▸ TASK TO CARRY OUT
Of the lines below, write out exactly those from the line with "BOSS_EXTRUDE1_DEPTH = 28" through the line with "solid = part.part", both included, and skip the rest.

- - - - - - -

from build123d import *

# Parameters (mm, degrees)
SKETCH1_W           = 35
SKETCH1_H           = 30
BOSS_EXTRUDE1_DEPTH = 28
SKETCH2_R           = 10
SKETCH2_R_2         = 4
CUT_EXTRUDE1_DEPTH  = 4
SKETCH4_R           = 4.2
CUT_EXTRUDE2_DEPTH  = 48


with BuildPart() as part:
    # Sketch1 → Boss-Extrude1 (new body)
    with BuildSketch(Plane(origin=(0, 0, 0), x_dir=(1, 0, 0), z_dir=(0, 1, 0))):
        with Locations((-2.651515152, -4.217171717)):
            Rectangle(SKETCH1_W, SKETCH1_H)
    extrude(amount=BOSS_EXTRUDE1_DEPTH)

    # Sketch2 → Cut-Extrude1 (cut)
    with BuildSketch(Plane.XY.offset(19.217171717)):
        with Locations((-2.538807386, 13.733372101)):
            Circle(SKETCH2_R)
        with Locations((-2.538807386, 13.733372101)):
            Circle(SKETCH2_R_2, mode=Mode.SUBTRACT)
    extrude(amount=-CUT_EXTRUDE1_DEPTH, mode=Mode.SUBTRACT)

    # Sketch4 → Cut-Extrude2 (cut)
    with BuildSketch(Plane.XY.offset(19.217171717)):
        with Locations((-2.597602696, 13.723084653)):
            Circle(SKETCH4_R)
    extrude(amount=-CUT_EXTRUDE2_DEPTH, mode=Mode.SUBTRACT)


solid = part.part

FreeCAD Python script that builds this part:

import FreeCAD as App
import Part
import Sketcher
from FreeCAD import Vector
Q = App.Units.Quantity


def add_polygon(sketch, points):
    """Adds a closed chain of lines whose ends are joined by coincident constraints."""
    first, n = sketch.GeometryCount, len(points)
    for a, b in zip(points, points[1:] + points[:1]):
        sketch.addGeometry(Part.LineSegment(App.Vector(*a, 0), App.Vector(*b, 0)), False)
    for i in range(n):
        sketch.addConstraint(Sketcher.Constraint("Coincident", first + i, 2, first + (i + 1) % n, 1))

doc = App.newDocument("Part")
body = doc.addObject("PartDesign::Body", "Body")

# Sketch on XZ plane
sketch1 = doc.addObject("Sketcher::SketchObject", "Sketch")
body.addObject(sketch1)
sketch1.AttachmentSupport = (doc.XZ_Plane, [""])
sketch1.MapMode = "FlatFace"
add_polygon(sketch1, [(-20.151515, -10.782828), (-20.151515, 19.217172), (14.848485, 19.217172), (14.848485, -10.782828)])  # lines 0-3
sketch1.addConstraint([
    Sketcher.Constraint("Vertical", 0),
    Sketcher.Constraint("Horizontal", 1),
    Sketcher.Constraint("Vertical", 2),
    Sketcher.Constraint("Horizontal", 3),
    Sketcher.Constraint("DistanceX", 1, 1, 1, 2, Q("35 mm")),
    Sketcher.Constraint("DistanceY", 0, 1, 0, 2, Q("30 mm")),
    Sketcher.Constraint("DistanceY", -1, 1, 0, 2, Q("19.217172 mm")),
    Sketcher.Constraint("DistanceX", 0, 2, -1, 1, Q("20.151515 mm")),
])
pad1 = doc.addObject("PartDesign::Pad", "Pad")
body.addObject(pad1)
pad1.Profile = sketch1
pad1.Length = 28
pad1.Reversed = True

# Sketch on XY plane
sketch2 = doc.addObject("Sketcher::SketchObject", "Sketch001")
body.addObject(sketch2)
sketch2.AttachmentSupport = (doc.XY_Plane, [""])
sketch2.MapMode = "FlatFace"
sketch2.AttachmentOffset = App.Placement(Vector(0, 0, 19.217172), App.Rotation())
sketch2.addGeometry([
    Part.Circle(Vector(-2.538807, 13.733372, 0), Vector(0, 0, 1), 10),
    Part.Circle(Vector(-2.538807, 13.733372, 0), Vector(0, 0, 1), 4),
], False)
sketch2.addConstraint([
    Sketcher.Constraint("Coincident", 1, 3, 0, 3),
    Sketcher.Constraint("Diameter", 0, Q("20 mm")),
    Sketcher.Constraint("Diameter", 1, Q("8 mm")),
    Sketcher.Constraint("DistanceX", 0, 3, -1, 1, Q("2.538807 mm")),
    Sketcher.Constraint("DistanceY", -1, 1, 0, 3, Q("13.733372 mm")),
])
pocket1 = doc.addObject("PartDesign::Pocket", "Pocket")
body.addObject(pocket1)
pocket1.Profile = sketch2
pocket1.Length = 4

# Sketch on XY plane
sketch3 = doc.addObject("Sketcher::SketchObject", "Sketch002")
body.addObject(sketch3)
sketch3.AttachmentSupport = (doc.XY_Plane, [""])
sketch3.MapMode = "FlatFace"
sketch3.AttachmentOffset = App.Placement(Vector(0, 0, 19.217172), App.Rotation())
sketch3.addGeometry(Part.Circle(Vector(-2.597603, 13.723085, 0), Vector(0, 0, 1), 4.2), False)
sketch3.addConstraint([
    Sketcher.Constraint("Diameter", 0, Q("8.4 mm")),
    Sketcher.Constraint("DistanceX", 0, 3, -1, 1, Q("2.597603 mm")),
    Sketcher.Constraint("DistanceY", -1, 1, 0, 3, Q("13.723085 mm")),
])
pocket2 = doc.addObject("PartDesign::Pocket", "Pocket001")
body.addObject(pocket2)
pocket2.Profile = sketch3
pocket2.Length = 48

doc.recompute()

- - - - - - -

▸ EXERCISE ANSWER
BOSS_EXTRUDE1_DEPTH = 28
SKETCH2_R           = 10
SKETCH2_R_2         = 4
CUT_EXTRUDE1_DEPTH  = 4
SKETCH4_R           = 4.2
CUT_EXTRUDE2_DEPTH  = 48


with BuildPart() as part:
    # Sketch1 → Boss-Extrude1 (new body)
    with BuildSketch(Plane(origin=(0, 0, 0), x_dir=(1, 0, 0), z_dir=(0, 1, 0))):
        with Locations((-2.651515152, -4.217171717)):
            Rectangle(SKETCH1_W, SKETCH1_H)
    extrude(amount=BOSS_EXTRUDE1_DEPTH)

    # Sketch2 → Cut-Extrude1 (cut)
    with BuildSketch(Plane.XY.offset(19.217171717)):
        with Locations((-2.538807386, 13.733372101)):
            Circle(SKETCH2_R)
        with Locations((-2.538807386, 13.733372101)):
            Circle(SKETCH2_R_2, mode=Mode.SUBTRACT)
    extrude(amount=-CUT_EXTRUDE1_DEPTH, mode=Mode.SUBTRACT)

    # Sketch4 → Cut-Extrude2 (cut)
    with BuildSketch(Plane.XY.offset(19.217171717)):
        with Locations((-2.597602696, 13.723084653)):
            Circle(SKETCH4_R)
    extrude(amount=-CUT_EXTRUDE2_DEPTH, mode=Mode.SUBTRACT)


solid = part.part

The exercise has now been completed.